20th Commander of Kostrad
- In office 4 April 1996 – 20 June 1997
- President: Suharto
- Preceded by: Maj. Gen. Tarub
- Succeeded by: Lt. Gen. Sugiono

Personal details
- Born: 4 April 1947 (age 79) Yogyakarta, Indonesia
- Party: Independent (since 2019)
- Other political affiliations: Golkar (1999–2006); Hanura (2006–2019);
- Spouse: Rugaiya Usman ​(m. 1975)​
- Children: 3
- Alma mater: Indonesian Military Academy; Indonesian Army Command and General Staff College; Indonesia Open University; National Resilience Institute; Institute of Military Laws; Jakarta Institute of Economy; State University of Jakarta;
- Occupation: Politician; army officer;
- Website: Archived website

Military service
- Allegiance: Indonesia
- Branch/service: Indonesian Army
- Years of service: 1968–1999
- Rank: General
- Unit: Infantry
- Commands: Indonesian Army; Indonesian Armed Forces;
- Battles/wars: Operation Lotus
- Service no.: 22166

= Wiranto =

Indonesian general and politician

Wiranto (born 4 April 1947) is an Indonesian politician and retired army general, who was the chairman of the Presidential Advisory Council, from December 2019 to October 2024. Previously, he was the Commander of the Indonesian Armed Forces from February 1998 to October 1999 during Indonesia's transition from authoritarian rule to democracy. He ran unsuccessfully for President of Indonesia in 2004 and for the vice-presidency in 2009. On 27 July 2016, Wiranto was appointed Coordinating Minister for Political, Legal, and Security Affairs, replacing Luhut Binsar Panjaitan.

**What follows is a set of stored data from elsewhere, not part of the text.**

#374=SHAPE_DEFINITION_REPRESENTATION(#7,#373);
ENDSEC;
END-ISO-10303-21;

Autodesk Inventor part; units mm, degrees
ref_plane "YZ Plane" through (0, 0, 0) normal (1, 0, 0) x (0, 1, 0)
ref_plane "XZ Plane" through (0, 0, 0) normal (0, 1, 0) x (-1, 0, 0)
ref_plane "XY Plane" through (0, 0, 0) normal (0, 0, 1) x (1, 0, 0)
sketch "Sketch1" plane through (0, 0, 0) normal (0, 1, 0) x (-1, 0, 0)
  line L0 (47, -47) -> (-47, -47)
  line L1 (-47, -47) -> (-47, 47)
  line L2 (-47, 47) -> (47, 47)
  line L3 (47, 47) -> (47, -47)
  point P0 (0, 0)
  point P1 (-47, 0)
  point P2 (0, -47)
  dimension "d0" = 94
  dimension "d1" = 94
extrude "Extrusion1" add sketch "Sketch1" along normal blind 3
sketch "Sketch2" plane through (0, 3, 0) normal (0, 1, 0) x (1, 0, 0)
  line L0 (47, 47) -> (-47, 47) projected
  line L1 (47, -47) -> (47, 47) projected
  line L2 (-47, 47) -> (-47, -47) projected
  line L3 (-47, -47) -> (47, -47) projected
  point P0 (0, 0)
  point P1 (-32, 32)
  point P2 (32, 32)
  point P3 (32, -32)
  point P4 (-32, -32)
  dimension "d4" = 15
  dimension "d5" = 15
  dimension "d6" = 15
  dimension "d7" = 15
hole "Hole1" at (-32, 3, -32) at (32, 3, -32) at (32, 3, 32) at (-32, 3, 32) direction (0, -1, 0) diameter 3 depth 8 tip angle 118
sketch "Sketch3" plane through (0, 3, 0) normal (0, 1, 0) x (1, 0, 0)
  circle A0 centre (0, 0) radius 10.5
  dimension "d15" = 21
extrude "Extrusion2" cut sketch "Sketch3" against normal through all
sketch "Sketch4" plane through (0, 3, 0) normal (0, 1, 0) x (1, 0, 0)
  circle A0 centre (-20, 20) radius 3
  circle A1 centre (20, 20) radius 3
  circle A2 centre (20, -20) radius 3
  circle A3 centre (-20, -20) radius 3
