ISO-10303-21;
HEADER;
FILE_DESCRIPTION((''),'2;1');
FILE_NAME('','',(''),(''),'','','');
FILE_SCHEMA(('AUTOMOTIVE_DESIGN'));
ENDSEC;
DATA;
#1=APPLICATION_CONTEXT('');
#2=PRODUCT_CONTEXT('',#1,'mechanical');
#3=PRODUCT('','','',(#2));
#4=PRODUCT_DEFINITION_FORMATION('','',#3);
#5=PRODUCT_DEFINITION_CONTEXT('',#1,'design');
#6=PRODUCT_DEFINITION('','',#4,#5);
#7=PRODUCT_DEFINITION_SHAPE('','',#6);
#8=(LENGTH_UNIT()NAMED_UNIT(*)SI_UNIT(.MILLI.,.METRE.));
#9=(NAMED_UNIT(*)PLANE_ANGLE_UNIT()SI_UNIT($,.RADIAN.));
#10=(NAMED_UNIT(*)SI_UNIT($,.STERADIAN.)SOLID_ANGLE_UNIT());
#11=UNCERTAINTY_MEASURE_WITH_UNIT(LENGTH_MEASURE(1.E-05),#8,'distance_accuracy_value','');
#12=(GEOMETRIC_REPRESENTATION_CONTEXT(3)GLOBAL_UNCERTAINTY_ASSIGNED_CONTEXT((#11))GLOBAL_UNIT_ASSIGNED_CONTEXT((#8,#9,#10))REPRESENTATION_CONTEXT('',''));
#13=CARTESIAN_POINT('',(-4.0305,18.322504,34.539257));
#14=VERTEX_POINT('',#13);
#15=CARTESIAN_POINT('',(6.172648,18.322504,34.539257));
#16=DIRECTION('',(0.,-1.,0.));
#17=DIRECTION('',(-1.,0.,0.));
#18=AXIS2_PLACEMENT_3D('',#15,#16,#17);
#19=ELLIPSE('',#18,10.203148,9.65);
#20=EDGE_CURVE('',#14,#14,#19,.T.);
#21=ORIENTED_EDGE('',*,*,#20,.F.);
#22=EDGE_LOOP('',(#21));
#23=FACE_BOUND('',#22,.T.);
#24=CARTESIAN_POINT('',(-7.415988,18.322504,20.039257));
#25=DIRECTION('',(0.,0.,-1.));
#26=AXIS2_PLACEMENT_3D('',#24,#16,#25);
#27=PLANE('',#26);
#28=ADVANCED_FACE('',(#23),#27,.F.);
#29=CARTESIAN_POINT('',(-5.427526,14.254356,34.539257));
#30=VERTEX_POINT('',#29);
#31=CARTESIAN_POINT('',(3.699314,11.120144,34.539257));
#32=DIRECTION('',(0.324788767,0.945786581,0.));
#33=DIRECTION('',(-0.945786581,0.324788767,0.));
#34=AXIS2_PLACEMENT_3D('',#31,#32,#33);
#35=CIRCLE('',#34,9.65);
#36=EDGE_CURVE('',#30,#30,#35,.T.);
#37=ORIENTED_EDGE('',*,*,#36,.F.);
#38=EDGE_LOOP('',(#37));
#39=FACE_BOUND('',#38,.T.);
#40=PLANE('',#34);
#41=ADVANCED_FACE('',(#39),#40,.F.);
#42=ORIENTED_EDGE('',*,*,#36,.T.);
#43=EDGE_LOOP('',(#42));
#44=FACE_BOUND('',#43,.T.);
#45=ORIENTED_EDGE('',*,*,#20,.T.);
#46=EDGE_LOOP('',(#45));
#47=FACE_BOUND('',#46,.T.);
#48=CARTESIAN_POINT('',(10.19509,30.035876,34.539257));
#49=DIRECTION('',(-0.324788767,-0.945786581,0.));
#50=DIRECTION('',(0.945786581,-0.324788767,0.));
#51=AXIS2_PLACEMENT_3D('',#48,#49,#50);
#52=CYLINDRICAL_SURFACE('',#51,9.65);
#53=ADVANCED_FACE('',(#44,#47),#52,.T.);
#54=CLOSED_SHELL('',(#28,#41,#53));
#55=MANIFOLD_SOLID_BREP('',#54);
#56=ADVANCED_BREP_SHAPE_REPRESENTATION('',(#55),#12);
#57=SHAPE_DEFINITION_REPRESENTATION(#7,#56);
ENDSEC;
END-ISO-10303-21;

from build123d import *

# Parameters (mm, degrees)
BOSS_EXTRU_2_START      = 3
ESQUISSE3_R             = 9.65
BOSS_EXTRU_2_DEPTH      = 20
ESQUISSE4_W             = 37.049595251
ESQUISSE4_H             = 16.713526767
ENL_V_MAT_EXTRU_1_DEPTH = 25


with BuildPart() as part:
    # Esquisse3 → Boss.-Extru.2 (new body)
    with BuildSketch(Plane(origin=(2.831761515, 8.246104274, 0), x_dir=(0.945786581, -0.324788767, 0), z_dir=(0.324788767, 0.945786581, 0)).offset(BOSS_EXTRU_2_START)):
        with Locations((-0.112936213, -34.539256921)):
            Circle(ESQUISSE3_R)
    extrude(amount=BOSS_EXTRU_2_DEPTH)

    # Esquisse4 → Enlèv. mat.-Extru.1 (cut)
    with BuildSketch(Plane.XY.offset(45.039256921)):
        with Locations((11.108809322, 26.679267175)):
            Rectangle(ESQUISSE4_W, ESQUISSE4_H)
    extrude(amount=-ENL_V_MAT_EXTRU_1_DEPTH, mode=Mode.SUBTRACT)


solid = part.part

Wiranto played a significant role in facilitating severe human rights violations by the Indonesian army and Jakarta-backed militias, during Indonesia's withdrawal from the occupied territory of East Timor in 1999. Both the United Nations and domestic groups have gathered evidence on this, but he continues to deny the charges. In January 2000, an Indonesian commission placed general responsibility for these injustices on Wiranto. In May 2004, the United Nations-backed Special Panels of the Dili District Court indicted Wiranto and charged him with war crimes. Wiranto claimed the move was an effort to discredit his political ambitions.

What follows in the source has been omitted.